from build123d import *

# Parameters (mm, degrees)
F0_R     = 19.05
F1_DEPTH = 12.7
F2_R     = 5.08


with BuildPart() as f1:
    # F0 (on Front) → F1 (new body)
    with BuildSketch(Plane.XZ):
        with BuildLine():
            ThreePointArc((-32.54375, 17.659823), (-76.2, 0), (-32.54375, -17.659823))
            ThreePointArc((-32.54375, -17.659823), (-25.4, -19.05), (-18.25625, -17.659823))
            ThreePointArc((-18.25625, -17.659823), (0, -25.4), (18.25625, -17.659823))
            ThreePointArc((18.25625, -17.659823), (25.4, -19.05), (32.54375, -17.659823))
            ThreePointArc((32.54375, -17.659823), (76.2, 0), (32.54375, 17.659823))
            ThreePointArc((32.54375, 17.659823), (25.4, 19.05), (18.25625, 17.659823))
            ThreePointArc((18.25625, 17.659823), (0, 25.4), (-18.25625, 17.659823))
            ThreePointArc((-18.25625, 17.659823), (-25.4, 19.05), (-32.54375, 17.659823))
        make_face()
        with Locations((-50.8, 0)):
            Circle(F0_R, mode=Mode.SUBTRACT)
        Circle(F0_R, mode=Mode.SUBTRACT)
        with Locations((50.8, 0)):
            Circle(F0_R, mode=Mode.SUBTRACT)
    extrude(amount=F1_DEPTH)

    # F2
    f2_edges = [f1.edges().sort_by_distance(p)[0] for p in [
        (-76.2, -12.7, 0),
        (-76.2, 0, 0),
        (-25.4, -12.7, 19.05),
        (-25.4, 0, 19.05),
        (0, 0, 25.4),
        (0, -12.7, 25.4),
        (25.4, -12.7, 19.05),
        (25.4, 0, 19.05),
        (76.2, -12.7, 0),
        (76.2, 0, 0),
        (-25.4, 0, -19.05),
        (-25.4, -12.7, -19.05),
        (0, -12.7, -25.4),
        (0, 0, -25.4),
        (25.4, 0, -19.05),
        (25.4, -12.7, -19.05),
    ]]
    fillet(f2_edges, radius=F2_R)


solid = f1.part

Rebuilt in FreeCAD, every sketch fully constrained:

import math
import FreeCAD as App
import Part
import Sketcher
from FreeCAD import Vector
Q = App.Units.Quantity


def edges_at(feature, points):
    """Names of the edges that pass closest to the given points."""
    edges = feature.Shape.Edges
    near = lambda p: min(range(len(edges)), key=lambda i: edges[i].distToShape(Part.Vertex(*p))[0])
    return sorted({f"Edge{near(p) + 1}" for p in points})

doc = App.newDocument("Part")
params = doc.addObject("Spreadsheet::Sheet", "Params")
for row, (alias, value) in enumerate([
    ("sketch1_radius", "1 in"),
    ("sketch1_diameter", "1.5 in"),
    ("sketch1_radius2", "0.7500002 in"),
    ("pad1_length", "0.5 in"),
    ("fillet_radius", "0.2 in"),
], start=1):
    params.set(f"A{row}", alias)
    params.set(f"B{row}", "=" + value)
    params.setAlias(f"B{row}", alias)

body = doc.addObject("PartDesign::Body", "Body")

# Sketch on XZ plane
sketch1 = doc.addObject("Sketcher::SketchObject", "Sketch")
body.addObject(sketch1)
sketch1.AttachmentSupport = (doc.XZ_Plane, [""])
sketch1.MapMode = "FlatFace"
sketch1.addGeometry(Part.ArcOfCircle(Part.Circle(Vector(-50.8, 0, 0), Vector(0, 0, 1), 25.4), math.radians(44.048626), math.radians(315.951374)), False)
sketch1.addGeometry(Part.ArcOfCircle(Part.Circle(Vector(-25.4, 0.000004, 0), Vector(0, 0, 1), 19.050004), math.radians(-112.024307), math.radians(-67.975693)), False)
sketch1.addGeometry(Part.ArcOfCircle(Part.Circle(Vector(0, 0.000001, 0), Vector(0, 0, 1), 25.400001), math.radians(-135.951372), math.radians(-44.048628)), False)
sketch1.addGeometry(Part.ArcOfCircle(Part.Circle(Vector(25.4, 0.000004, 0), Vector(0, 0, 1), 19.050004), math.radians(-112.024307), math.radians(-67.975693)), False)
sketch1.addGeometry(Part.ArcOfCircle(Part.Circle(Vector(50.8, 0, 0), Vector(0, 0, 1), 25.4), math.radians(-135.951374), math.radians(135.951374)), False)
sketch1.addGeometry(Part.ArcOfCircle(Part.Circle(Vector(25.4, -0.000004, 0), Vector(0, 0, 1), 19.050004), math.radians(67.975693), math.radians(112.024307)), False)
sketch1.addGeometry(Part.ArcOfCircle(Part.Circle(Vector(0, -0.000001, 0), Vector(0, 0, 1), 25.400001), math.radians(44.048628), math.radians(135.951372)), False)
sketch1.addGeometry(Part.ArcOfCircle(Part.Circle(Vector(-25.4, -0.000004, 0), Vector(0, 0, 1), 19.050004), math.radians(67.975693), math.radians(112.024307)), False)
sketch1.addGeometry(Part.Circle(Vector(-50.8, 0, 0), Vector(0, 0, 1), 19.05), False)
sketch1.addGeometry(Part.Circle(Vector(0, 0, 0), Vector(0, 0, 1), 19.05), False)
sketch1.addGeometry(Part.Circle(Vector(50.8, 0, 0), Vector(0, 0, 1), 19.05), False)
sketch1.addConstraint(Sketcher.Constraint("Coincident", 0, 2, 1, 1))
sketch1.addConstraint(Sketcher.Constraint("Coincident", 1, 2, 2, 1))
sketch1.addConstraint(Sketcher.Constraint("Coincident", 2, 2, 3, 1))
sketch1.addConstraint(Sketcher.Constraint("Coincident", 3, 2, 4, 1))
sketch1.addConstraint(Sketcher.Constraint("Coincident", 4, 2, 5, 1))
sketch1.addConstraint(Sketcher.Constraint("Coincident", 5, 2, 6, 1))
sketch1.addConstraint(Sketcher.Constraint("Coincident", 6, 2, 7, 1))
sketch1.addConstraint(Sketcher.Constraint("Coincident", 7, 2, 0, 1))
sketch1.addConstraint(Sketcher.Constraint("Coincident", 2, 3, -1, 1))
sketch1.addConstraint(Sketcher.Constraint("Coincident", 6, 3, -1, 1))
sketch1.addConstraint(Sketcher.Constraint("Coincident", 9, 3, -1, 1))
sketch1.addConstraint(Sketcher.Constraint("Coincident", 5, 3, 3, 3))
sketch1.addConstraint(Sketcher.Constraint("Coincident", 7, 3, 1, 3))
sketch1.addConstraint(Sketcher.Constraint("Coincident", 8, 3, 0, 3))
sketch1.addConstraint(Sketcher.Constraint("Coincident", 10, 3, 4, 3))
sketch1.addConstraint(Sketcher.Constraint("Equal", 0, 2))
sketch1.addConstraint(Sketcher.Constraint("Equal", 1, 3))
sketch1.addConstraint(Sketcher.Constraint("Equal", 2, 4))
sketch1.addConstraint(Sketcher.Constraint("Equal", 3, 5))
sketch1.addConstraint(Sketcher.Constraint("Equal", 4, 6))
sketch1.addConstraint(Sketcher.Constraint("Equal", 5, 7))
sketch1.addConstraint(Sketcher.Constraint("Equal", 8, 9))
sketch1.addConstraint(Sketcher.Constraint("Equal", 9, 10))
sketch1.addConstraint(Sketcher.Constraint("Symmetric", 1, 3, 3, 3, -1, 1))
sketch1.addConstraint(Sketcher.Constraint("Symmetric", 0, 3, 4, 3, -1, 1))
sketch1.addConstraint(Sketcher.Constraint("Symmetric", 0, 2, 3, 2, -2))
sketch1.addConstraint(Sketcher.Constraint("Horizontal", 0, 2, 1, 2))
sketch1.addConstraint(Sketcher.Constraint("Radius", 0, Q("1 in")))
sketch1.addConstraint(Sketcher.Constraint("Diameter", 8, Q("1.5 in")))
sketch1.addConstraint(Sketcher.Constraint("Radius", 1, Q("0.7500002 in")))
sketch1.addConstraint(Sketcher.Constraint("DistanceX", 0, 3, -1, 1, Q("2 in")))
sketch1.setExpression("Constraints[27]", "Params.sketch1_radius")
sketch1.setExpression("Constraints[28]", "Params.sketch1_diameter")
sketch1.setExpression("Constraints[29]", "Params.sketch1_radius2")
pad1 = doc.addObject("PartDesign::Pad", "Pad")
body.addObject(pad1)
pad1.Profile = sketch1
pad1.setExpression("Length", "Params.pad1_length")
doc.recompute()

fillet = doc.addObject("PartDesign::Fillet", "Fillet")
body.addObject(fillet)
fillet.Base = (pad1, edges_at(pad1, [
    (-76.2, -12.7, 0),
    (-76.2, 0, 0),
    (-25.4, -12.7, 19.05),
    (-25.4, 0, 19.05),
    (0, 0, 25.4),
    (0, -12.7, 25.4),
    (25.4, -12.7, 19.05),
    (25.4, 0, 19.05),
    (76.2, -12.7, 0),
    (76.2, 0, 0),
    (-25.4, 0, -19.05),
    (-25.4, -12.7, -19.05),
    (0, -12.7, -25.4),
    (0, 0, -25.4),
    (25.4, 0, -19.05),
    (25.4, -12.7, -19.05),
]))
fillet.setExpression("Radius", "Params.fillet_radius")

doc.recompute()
--
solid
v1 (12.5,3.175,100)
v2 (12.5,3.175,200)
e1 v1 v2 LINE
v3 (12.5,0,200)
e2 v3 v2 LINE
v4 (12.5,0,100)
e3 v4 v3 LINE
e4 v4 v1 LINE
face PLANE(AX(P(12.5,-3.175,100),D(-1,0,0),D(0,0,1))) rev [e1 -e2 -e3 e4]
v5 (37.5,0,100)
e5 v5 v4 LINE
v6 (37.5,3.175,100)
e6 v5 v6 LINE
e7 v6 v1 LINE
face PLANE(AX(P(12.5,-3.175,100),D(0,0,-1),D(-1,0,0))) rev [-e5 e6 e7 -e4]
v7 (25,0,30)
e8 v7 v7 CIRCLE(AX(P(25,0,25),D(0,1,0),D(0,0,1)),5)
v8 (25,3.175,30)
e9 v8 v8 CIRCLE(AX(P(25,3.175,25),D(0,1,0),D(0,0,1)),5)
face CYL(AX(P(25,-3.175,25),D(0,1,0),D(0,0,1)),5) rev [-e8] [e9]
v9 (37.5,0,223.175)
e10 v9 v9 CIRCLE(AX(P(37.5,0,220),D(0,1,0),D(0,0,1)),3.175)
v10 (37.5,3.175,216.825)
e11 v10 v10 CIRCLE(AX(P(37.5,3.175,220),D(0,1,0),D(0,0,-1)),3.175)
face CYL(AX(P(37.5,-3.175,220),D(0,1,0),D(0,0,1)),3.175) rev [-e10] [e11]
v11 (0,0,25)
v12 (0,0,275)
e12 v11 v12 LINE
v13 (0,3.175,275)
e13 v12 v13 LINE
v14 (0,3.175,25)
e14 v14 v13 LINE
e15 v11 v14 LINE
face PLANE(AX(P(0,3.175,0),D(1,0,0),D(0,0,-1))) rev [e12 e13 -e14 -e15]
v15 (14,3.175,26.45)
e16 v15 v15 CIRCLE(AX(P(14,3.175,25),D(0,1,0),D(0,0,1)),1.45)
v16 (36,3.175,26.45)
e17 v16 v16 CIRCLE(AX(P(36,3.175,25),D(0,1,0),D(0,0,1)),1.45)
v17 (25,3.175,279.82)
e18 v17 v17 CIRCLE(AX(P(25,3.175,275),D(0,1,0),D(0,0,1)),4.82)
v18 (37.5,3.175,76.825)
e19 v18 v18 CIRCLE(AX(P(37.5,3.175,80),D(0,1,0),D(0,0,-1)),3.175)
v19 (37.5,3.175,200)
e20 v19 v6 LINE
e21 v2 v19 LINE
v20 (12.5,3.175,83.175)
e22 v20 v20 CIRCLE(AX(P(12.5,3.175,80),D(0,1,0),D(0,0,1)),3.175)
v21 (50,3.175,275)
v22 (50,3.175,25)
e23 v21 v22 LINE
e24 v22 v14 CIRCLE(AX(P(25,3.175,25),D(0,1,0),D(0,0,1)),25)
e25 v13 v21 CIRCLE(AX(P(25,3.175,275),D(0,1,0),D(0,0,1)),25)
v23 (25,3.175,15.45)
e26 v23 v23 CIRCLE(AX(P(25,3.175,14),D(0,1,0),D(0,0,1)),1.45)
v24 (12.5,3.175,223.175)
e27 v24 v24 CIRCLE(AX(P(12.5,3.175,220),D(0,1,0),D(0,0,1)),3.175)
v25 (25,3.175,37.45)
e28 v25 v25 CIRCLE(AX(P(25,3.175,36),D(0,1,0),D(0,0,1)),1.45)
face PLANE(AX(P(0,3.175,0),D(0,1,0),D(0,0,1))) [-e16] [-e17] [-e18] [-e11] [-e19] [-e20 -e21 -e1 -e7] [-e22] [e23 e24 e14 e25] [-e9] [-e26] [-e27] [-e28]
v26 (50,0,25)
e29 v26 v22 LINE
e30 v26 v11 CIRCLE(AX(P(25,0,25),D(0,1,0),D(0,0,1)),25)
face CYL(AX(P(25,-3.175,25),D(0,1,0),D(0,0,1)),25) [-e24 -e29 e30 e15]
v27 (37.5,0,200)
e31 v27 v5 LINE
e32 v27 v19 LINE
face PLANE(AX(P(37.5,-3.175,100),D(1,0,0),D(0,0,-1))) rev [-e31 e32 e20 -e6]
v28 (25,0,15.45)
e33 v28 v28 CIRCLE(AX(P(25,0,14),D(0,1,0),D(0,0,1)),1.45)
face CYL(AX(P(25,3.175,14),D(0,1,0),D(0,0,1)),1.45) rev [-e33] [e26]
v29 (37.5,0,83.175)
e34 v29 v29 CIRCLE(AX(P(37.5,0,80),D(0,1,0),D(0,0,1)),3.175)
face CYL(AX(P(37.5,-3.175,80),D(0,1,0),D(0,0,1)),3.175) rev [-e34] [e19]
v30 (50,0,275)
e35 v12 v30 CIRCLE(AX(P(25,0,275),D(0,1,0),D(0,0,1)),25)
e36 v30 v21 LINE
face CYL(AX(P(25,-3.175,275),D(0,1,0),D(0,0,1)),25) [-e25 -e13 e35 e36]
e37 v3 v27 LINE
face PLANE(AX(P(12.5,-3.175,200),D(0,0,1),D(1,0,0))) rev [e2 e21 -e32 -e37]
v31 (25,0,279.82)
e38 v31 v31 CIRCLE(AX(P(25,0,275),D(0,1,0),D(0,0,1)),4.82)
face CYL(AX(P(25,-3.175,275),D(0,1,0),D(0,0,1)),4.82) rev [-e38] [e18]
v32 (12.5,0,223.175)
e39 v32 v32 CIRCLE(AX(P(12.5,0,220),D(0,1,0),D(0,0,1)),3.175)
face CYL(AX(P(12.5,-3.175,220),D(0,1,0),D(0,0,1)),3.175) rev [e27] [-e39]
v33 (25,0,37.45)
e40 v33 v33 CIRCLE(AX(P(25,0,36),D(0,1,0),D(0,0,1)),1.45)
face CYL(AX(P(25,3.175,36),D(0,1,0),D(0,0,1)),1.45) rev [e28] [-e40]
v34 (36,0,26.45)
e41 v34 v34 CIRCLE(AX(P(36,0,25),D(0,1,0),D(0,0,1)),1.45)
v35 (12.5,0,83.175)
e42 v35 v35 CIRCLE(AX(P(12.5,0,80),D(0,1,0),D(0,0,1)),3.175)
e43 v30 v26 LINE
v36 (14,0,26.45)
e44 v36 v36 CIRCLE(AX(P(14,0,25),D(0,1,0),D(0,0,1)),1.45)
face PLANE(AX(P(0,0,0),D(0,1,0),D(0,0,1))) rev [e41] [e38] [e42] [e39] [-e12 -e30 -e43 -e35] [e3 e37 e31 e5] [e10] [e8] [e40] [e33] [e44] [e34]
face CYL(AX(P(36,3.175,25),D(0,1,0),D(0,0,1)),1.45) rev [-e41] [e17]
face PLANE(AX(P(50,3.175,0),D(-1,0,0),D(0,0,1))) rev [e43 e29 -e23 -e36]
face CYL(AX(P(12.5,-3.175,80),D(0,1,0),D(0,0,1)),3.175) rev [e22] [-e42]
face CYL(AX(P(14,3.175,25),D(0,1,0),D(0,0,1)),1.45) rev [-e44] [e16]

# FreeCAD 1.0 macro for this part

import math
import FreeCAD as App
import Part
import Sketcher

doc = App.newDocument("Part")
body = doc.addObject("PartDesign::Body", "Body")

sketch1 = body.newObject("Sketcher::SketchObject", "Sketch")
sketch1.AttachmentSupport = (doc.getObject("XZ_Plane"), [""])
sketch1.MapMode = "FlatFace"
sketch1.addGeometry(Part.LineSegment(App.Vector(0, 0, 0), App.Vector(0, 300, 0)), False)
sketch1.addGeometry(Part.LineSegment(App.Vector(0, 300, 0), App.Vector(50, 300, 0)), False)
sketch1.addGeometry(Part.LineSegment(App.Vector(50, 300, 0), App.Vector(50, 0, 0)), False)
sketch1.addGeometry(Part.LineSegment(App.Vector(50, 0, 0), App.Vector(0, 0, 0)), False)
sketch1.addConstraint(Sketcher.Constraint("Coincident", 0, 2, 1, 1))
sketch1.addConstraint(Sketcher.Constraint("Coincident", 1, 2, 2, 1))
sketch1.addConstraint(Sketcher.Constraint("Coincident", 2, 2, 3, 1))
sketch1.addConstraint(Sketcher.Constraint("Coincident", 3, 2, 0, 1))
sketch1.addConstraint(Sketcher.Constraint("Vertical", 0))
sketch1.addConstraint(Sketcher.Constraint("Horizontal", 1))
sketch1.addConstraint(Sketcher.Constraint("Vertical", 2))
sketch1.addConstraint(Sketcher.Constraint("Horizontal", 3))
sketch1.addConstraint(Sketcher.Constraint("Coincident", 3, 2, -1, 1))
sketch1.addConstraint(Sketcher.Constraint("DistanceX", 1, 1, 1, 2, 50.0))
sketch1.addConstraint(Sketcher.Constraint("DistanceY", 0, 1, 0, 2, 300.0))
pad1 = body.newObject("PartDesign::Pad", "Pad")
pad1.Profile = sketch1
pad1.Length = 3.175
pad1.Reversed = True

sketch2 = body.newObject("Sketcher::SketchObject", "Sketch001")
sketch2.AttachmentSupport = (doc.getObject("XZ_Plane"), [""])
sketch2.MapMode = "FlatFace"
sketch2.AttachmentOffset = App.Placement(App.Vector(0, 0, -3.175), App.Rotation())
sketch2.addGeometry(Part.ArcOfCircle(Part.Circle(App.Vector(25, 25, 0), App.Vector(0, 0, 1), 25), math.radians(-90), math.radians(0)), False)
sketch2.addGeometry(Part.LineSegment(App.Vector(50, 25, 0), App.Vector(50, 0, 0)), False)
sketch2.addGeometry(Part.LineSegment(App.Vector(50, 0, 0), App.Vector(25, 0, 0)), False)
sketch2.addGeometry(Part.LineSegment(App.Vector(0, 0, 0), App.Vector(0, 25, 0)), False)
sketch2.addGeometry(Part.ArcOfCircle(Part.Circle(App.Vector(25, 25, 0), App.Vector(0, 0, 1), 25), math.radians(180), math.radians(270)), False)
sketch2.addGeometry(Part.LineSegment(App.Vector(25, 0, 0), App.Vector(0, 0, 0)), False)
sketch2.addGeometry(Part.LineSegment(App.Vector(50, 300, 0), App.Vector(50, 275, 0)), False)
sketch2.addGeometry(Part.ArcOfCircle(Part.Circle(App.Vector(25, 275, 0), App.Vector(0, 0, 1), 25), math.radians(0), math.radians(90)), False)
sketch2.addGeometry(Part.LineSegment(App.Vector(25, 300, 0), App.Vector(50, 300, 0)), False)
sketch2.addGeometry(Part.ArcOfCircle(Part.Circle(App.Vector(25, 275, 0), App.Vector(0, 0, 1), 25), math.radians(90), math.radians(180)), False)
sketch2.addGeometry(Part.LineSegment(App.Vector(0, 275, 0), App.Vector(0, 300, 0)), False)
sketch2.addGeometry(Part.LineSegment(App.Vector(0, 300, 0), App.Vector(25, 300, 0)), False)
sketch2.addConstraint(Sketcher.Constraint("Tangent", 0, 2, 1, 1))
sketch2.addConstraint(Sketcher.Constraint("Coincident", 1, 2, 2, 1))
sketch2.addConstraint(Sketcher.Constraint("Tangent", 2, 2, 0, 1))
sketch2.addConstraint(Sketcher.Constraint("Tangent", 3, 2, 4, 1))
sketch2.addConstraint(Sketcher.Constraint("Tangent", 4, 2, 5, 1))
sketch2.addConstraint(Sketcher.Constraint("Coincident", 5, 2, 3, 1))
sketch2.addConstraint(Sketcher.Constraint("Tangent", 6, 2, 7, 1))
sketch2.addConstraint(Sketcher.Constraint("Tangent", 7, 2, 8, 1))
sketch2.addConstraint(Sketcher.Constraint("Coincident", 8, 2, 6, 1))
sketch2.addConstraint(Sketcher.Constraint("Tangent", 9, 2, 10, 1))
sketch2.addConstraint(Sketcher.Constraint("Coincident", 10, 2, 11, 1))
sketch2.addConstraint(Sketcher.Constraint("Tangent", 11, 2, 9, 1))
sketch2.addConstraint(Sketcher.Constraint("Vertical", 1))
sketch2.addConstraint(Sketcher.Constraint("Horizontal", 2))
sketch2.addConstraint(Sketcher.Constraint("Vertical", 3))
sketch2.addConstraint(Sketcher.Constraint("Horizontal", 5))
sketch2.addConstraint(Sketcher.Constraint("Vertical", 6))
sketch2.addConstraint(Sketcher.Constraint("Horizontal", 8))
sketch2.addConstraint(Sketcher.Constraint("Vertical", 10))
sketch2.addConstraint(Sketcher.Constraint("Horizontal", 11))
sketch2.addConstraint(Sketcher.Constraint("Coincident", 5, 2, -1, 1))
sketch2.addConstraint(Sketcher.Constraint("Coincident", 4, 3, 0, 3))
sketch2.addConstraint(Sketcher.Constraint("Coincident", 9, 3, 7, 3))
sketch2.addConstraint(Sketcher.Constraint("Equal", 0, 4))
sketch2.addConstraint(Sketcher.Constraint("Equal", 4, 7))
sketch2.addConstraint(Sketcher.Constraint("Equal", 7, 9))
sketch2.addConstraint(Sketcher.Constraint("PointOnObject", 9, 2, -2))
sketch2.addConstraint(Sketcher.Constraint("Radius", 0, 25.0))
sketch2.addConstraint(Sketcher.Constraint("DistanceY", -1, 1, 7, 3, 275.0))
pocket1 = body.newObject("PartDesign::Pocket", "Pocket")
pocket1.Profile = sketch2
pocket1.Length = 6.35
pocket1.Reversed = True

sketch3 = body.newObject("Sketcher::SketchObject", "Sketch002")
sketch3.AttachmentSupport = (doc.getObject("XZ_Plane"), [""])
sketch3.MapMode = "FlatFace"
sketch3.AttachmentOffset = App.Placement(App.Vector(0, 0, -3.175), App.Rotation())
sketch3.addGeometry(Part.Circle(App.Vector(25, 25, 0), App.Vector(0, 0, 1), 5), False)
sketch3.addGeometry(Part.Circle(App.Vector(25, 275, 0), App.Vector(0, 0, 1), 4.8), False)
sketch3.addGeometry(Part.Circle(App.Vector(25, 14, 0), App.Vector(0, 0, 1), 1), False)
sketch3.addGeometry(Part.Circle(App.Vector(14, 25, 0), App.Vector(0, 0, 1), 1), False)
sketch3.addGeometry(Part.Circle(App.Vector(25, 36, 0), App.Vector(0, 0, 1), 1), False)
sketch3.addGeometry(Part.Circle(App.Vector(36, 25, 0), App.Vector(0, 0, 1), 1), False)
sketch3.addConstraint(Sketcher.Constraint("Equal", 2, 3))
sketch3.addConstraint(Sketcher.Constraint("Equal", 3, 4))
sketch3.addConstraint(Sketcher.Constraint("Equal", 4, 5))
* * *
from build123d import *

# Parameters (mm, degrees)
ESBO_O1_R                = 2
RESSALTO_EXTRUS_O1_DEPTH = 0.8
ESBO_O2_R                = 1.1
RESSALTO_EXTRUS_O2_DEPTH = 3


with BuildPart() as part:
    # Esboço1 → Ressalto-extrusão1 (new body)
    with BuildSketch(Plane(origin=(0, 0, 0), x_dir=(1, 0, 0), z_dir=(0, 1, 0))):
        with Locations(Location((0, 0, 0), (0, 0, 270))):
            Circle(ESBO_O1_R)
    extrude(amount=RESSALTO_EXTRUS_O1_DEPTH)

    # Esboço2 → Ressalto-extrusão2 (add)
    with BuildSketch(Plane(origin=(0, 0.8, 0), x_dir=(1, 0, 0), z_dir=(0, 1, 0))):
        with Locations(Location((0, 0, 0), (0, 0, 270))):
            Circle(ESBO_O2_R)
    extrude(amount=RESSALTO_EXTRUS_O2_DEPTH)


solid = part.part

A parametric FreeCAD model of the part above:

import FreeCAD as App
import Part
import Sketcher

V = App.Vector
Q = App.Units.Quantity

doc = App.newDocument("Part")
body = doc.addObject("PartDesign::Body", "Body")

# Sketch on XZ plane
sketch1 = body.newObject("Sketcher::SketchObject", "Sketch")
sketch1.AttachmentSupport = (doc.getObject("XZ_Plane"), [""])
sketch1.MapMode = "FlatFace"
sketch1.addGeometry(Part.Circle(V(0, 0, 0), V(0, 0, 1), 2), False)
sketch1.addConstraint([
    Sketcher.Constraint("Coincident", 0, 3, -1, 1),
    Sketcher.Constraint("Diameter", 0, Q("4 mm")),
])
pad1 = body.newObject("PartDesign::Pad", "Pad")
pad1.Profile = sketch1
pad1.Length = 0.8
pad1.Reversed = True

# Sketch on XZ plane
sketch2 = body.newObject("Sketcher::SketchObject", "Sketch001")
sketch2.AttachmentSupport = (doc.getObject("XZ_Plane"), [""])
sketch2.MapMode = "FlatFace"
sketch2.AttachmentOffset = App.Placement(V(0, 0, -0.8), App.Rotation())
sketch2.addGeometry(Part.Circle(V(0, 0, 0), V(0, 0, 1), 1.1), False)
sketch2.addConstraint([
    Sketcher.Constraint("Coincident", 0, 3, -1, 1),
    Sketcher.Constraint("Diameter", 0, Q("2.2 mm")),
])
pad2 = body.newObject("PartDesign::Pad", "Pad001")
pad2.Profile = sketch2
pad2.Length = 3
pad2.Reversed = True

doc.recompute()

_What you should do_:
When the line with "face CYL(AX(P(25,-3.175,25),D(0,1,0),D(0,0,1)),5) rev" is reached in the data above, begin copying, and stop after the line with "v11 (0,0,25)"; copy each line exactly, both ends included.

_Exercise response_:
face CYL(AX(P(25,-3.175,25),D(0,1,0),D(0,0,1)),5) rev [-e8] [e9]
v9 (37.5,0,223.175)
e10 v9 v9 CIRCLE(AX(P(37.5,0,220),D(0,1,0),D(0,0,1)),3.175)
v10 (37.5,3.175,216.825)
e11 v10 v10 CIRCLE(AX(P(37.5,3.175,220),D(0,1,0),D(0,0,-1)),3.175)
face CYL(AX(P(37.5,-3.175,220),D(0,1,0),D(0,0,1)),3.175) rev [-e10] [e11]
v11 (0,0,25)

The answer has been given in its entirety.